Mount Kilimanjaro is the highest peak and needs proper Training for Kilimanjaro's high success rate. Hence it is required to train properly with a Kilimanjaro Training Plan.Your physical fitness is important while climbing Kilimanjaro and makes it easy to climb. You will need to start preparation before 2 weeks of climbing Kilimanjaro. It’s not only physical stamina but mental stamina is also important while climbing Kilimanjaro. It will be a real help on your summit attempt.
The high altitude level will require its own type of food intake. It plays a key role while attempting to summit Mount Kilimanjaro. The main diet on Training for Kilimanjaro is to:
Consume Adequate calories: Your body needs extra energy to fuel your adventure.
Consume carbohydrate-rich food: Your body needs carbohydrates at higher altitudes. The main source of carbohydrate is Bread, Pasta, Fruit, Potatoes, Milk, Rice, Quinoa, and Tortillas.
Consume Adequate Protein: Eating about 20 to 30 grams of protein after exercise is enough for overall protein throughout the day is probably sufficient.
Load up iron before your trek: Iron is an important factor while you are on a trek, if you are attempting high altitude with low iron, you may be left feeling fatigued.
First of all, you should know how to train for Kilimanjaro. The best thing to do is, start your training for Kilimanjaro 2-3 weeks prior departure to Kilimanjaro.
The physical and mental fitness levels should be strong and determined. Try to do Fitness Training for Kilimanjaro like short hiking at any nearest hill for 2-3 days continuously. This will be a perfect fitness preparation for your body as it will get adjusted to the climbing.
You can also try out Mount Meru as a practice trek once you reach Tanzania before climbing Kilimanjaro. This will help you with the proper acclimatization while climbing Mount Kilimanjaro.
Wondering How Long Should You Train To Climb Kilimanjaro? It would be better if you start Training For Kilimanjaro yourself before 2 weeks of departure to Kilimanjaro and get adjusted to the terrain levels. However, it is recommended that you will start the training for Kilimanjaro before 2 months if you are a beginner and you should start within shorter time intervals.
So now the question arises - How to Train for Kilimanjaro Climb. We have made a list of Training for Mount Kilimanjaro Climb. Here are the details:
Aerobic training:
The Cardio is one of the best Training For Mt Kilimanjaro. It normally uses more oxygen to meet the energy demands of exercise via aerobic metabolism. The Aerobic exercises which are a bit moderate-intensity are the best answer to How To Train For Kilimanjaro; long-distance hogging, swimming, slow walking, and running. These exercises differ from other high-intensity exercises which are weight lifting and sprinting.
While you are on your Aerobic training for Kilimanjaro, it is also necessary for you to build the immune system of your body. You will need to do some Strength Training For Kilimanjaro for better fitness. The main strength exercise is particularly for the legs, core, and upper body. The strength exercise includes: Lifting weights, using resistance bands, doing push-ups, pull-ups, crunches, leg squats and push up against walls.

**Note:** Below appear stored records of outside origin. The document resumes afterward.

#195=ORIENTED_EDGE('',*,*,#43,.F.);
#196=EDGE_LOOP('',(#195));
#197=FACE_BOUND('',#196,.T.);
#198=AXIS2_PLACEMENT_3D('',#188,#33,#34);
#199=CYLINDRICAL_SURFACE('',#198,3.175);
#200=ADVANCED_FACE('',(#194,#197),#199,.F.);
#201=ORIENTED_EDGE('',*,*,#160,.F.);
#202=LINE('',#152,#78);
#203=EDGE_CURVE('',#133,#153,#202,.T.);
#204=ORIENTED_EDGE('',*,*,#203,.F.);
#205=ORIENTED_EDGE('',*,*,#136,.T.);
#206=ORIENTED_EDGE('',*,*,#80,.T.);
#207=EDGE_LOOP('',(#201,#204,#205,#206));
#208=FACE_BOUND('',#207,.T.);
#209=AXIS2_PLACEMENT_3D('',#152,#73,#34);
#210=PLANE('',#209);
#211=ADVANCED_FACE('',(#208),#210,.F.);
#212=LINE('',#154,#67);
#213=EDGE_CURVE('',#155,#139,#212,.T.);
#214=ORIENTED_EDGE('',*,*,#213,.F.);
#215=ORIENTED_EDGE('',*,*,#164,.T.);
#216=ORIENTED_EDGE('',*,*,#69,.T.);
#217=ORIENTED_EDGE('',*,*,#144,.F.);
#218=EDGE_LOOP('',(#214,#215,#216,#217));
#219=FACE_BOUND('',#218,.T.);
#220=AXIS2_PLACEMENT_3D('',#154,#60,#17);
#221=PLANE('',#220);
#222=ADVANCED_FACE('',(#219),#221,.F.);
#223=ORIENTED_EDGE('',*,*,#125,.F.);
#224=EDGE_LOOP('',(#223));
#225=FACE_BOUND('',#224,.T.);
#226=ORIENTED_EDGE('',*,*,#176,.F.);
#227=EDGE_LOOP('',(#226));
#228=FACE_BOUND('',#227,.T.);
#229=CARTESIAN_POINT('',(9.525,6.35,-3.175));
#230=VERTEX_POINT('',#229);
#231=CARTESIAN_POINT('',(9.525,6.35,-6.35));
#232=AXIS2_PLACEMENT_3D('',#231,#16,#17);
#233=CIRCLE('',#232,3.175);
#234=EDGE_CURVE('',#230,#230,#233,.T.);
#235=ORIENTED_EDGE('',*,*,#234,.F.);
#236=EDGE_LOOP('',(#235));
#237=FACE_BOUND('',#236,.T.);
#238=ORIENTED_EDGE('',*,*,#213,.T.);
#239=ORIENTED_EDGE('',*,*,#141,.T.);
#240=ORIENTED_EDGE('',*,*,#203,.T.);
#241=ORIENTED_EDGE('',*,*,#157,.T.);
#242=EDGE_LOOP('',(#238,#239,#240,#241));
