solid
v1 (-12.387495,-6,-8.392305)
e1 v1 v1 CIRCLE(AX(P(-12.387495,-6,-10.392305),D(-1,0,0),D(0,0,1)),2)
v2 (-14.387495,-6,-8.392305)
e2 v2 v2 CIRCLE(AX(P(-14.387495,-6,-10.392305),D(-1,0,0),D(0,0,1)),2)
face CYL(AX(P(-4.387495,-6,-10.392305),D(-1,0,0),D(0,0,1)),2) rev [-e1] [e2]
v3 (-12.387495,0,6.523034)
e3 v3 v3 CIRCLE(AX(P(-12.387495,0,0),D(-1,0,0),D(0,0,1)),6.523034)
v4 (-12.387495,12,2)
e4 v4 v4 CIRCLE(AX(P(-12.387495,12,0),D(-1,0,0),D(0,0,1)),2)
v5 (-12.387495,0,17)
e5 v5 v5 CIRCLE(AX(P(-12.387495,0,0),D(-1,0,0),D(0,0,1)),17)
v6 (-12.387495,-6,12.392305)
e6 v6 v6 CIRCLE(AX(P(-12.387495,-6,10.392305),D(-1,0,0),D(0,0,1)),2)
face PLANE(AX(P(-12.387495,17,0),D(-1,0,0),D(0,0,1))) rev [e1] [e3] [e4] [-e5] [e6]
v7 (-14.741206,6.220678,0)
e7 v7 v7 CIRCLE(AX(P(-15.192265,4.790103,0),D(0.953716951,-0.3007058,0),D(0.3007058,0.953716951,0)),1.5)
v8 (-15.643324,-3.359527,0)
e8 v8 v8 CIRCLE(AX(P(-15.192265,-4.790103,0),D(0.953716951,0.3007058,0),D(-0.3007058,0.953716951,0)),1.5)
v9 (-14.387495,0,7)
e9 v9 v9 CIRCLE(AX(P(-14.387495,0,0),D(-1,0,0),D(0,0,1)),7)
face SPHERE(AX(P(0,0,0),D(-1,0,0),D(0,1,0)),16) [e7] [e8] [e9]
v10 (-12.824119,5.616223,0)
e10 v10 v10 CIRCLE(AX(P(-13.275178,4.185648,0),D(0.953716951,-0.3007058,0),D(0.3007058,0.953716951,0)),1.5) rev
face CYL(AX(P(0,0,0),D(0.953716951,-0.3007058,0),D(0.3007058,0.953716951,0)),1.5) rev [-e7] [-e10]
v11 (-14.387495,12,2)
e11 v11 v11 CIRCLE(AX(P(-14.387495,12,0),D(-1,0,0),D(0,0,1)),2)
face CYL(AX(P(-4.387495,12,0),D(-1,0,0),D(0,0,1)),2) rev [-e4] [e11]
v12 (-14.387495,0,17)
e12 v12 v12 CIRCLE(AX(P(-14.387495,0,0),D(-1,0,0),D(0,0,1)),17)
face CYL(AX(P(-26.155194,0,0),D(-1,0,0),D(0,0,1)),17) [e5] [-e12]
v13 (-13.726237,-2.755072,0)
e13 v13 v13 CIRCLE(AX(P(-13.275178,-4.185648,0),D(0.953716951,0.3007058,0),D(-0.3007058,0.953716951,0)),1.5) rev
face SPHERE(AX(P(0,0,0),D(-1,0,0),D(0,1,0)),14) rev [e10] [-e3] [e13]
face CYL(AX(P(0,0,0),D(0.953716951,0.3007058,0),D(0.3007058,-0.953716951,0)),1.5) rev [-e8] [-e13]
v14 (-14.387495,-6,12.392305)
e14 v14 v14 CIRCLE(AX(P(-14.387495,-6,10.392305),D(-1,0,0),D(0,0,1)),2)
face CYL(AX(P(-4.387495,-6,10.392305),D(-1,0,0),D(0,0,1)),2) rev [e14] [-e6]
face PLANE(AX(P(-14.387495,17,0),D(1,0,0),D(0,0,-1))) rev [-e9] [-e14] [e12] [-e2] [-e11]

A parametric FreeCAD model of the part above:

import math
import FreeCAD as App
import Part
import Sketcher
from FreeCAD import Vector
Q = App.Units.Quantity


def add_polygon(sketch, points):
    """Adds a closed chain of lines whose ends are joined by coincident constraints."""
    first, n = sketch.GeometryCount, len(points)
    for a, b in zip(points, points[1:] + points[:1]):
        sketch.addGeometry(Part.LineSegment(App.Vector(*a, 0), App.Vector(*b, 0)), False)
    for i in range(n):
        sketch.addConstraint(Sketcher.Constraint("Coincident", first + i, 2, first + (i + 1) % n, 1))

doc = App.newDocument("Part")
params = doc.addObject("Spreadsheet::Sheet", "Params")
for row, (alias, value) in enumerate([
    ("sketch1_radius", "16 mm"),
    ("sketch1_radius2", "14 mm"),
    ("sketch1_height", "10 mm"),
    ("revolution_angle", "360 deg"),
    ("sketch2_length", "8 mm"),
    ("sketch2_length2", "1.5 mm"),
    ("groove_angle", "360 deg"),
    ("sketch3_diameter", "4 mm"),
    ("pocket1_length", "10 mm"),
], start=1):
    params.set(f"A{row}", alias)
    params.set(f"B{row}", "=" + value)
    params.setAlias(f"B{row}", alias)

body = doc.addObject("PartDesign::Body", "Body")

sketch1 = body.newObject("Sketcher::SketchObject", "Sketch")
sketch1.AttachmentSupport = (doc.getObject("XY_Plane"), [""])
sketch1.MapMode = "FlatFace"
sketch1.addGeometry(Part.LineSegment(Vector(-12.4, 17, 0), Vector(-14.4, 17, 0)), False)
sketch1.addGeometry(Part.LineSegment(Vector(-14.4, 17, 0), Vector(-14.4, 7, 0)), False)
sketch1.addGeometry(Part.ArcOfCircle(Part.Circle(Vector(0, 0, 0), Vector(0, 0, 1), 16), math.radians(154), math.radians(180)), False)
sketch1.addGeometry(Part.LineSegment(Vector(-16, 0, 0), Vector(-14, 0, 0)), False)
sketch1.addGeometry(Part.ArcOfCircle(Part.Circle(Vector(0, 0, 0), Vector(0, 0, 1), 14), math.radians(152), math.radians(180)), False)
sketch1.addGeometry(Part.LineSegment(Vector(-12.4, 6.5, 0), Vector(-12.4, 17, 0)), False)
sketch1.addConstraint(Sketcher.Constraint("Coincident", 0, 2, 1, 1))
sketch1.addConstraint(Sketcher.Constraint("Coincident", 1, 2, 2, 1))
sketch1.addConstraint(Sketcher.Constraint("Coincident", 2, 2, 3, 1))
sketch1.addConstraint(Sketcher.Constraint("Coincident", 3, 2, 4, 2))
sketch1.addConstraint(Sketcher.Constraint("Coincident", 4, 1, 5, 1))
sketch1.addConstraint(Sketcher.Constraint("Coincident", 5, 2, 0, 1))
sketch1.addConstraint(Sketcher.Constraint("Horizontal", 0))
sketch1.addConstraint(Sketcher.Constraint("Vertical", 1))
sketch1.addConstraint(Sketcher.Constraint("Horizontal", 3))
sketch1.addConstraint(Sketcher.Constraint("Vertical", 5))
sketch1.addConstraint(Sketcher.Constraint("Coincident", 2, 3, -1, 1))
sketch1.addConstraint(Sketcher.Constraint("Coincident", 4, 3, -1, 1))
sketch1.addConstraint(Sketcher.Constraint("PointOnObject", 2, 2, -1))
sketch1.addConstraint(Sketcher.Constraint("Equal", 0, 3))
sketch1.addConstraint(Sketcher.Constraint("Radius", 2, 16.0))
sketch1.addConstraint(Sketcher.Constraint("Radius", 4, 14.0))
sketch1.addConstraint(Sketcher.Constraint("DistanceY", 1, 2, 1, 1, 10.0))
sketch1.addConstraint(Sketcher.Constraint("DistanceY", -1, 1, 0, 2, 17.0))
sketch1.setExpression("Constraints[14]", "Params.sketch1_radius")
sketch1.setExpression("Constraints[15]", "Params.sketch1_radius2")
sketch1.setExpression("Constraints[16]", "Params.sketch1_height")
revolution = body.newObject("PartDesign::Revolution", "Revolution")
revolution.Profile = sketch1
revolution.ReferenceAxis = (sketch1, ["H_Axis"])
revolution.setExpression("Angle", "Params.revolution_angle")

sketch2 = body.newObject("Sketcher::SketchObject", "Sketch001")
sketch2.AttachmentSupport = (doc.getObject("XY_Plane"), [""])
sketch2.MapMode = "FlatFace"
add_polygon(sketch2, [(-11, 5), (-18.6, 7.4), (-19.1, 6), (-11.4, 3.6)])
sketch2.addGeometry(Part.LineSegment(Vector(-11.4, 3.6, 0), Vector(-19.1, 6, 0)), True)
sketch2.addConstraint(Sketcher.Constraint("Coincident", 4, 1, 2, 2))
sketch2.addConstraint(Sketcher.Constraint("Coincident", 4, 2, 1, 2))
sketch2.addConstraint(Sketcher.Constraint("Perpendicular", 0, 1))
sketch2.addConstraint(Sketcher.Constraint("Perpendicular", 1, 2))
sketch2.addConstraint(Sketcher.Constraint("Perpendicular", 2, 3))
sketch2.addConstraint(Sketcher.Constraint("Distance", 0, 8.0))
sketch2.addConstraint(Sketcher.Constraint("Angle", 0, Q("162.5 deg")))
sketch2.addConstraint(Sketcher.Constraint("Distance", 1, 1.5))
sketch2.addConstraint(Sketcher.Constraint("DistanceX", 0, 2, -1, 1, 18.62328))
sketch2.addConstraint(Sketcher.Constraint("DistanceY", -1, 1, 0, 2, 7.444691))
sketch2.setExpression("Constraints[9]", "Params.sketch2_length")
sketch2.setExpression("Constraints[11]", "Params.sketch2_length2")
groove = body.newObject("PartDesign::Groove", "Groove")
groove.Profile = sketch2
groove.ReferenceAxis = (sketch2, ["Axis0"])
groove.setExpression("Angle", "Params.groove_angle")
doc.recompute()

mirrored = body.newObject("PartDesign::Mirrored", "Mirrored")
mirrored.Originals = [groove]
mirrored.MirrorPlane = (doc.getObject("XZ_Plane"), [""])
body.Tip = mirrored

sketch3 = body.newObject("Sketcher::SketchObject", "Sketch002")
sketch3.AttachmentSupport = (doc.getObject("YZ_Plane"), [""])
sketch3.MapMode = "FlatFace"
sketch3.AttachmentOffset = App.Placement(Vector(0, 0, -14.387495), App.Rotation())
sketch3.addGeometry(Part.Circle(Vector(12, 0, 0), Vector(0, 0, 1), 2), False)
sketch3.addGeometry(Part.Circle(Vector(-6, 10.4, 0), Vector(0, 0, 1), 2), False)
sketch3.addGeometry(Part.Circle(Vector(-6, -10.4, 0), Vector(0, 0, 1), 2), False)
sketch3.addConstraint(Sketcher.Constraint("Equal", 0, 1))
sketch3.addConstraint(Sketcher.Constraint("Equal", 1, 2))
sketch3.addConstraint(Sketcher.Constraint("Symmetric", 1, 3, 2, 3, -1))
sketch3.addConstraint(Sketcher.Constraint("PointOnObject", 0, 3, -1))
sketch3.addConstraint(Sketcher.Constraint("Diameter", 0, 4.0))
sketch3.addConstraint(Sketcher.Constraint("DistanceX", -1, 1, 0, 3, 12.0))
sketch3.addConstraint(Sketcher.Constraint("DistanceX", 1, 3, -1, 1, 6.0))
sketch3.addConstraint(Sketcher.Constraint("DistanceY", 2, 3, 1, 3, 20.78461))
sketch3.setExpression("Constraints[4]", "Params.sketch3_diameter")
pocket1 = body.newObject("PartDesign::Pocket", "Pocket")
pocket1.Profile = sketch3
pocket1.setExpression("Length", "Params.pocket1_length")
pocket1.Reversed = True

doc.recompute()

The number of people who climb Kilimanjaro on a successful summit is equally proportional to the mental stamina of the climbers. Mental stamina is important because Mount Kilimanjaro is not a small hill, it is the highest peak of Africa. It has the highest altitude level and may be dangerous if you are not prepared, there is a time when you will feel to give up and get back down. If you have the determination to climb, then you can climb to the summit.
This is one of the best Training to Climb Mt Kilimanjaro, you just get on your boots and start climbing a short hill. You can opt between walking in parks or within local for about 3-4 hours. Choose your nearest hill and give work to your feet for few hours or a full day.
Still, wondering How to Train for Kilimanjaro? Add stretching exercises to the regime to build muscle and achieve aerobic fitness. We all need to stretch in order to protect ourselves on top of Mount Kilimanjaro. Stretching keeps the muscles flexible, strong, and healthy, and we need that flexibility to maintain a range of motion in the joints.
Yes, you should train for Mount Kilimanjaro. And the best way to train is simply to walk, run, or hike every day for extended periods of time multiple days a week. If you can’t run, then hike, and if you can’t hike then walk.
If you aren’t already active each day (hiking, walking, or running several miles), if you aren’t in great shape it’s recommended that you take at least 8 weeks (or 2 months) to train. If you are already active each day (walking or running 10,000 steps or 3-5 miles) then you just need to keep doing what you are doing! You can start training earlier, just repeat the last 4 weeks of your 8-week training module above for as many months as you need prior to your help.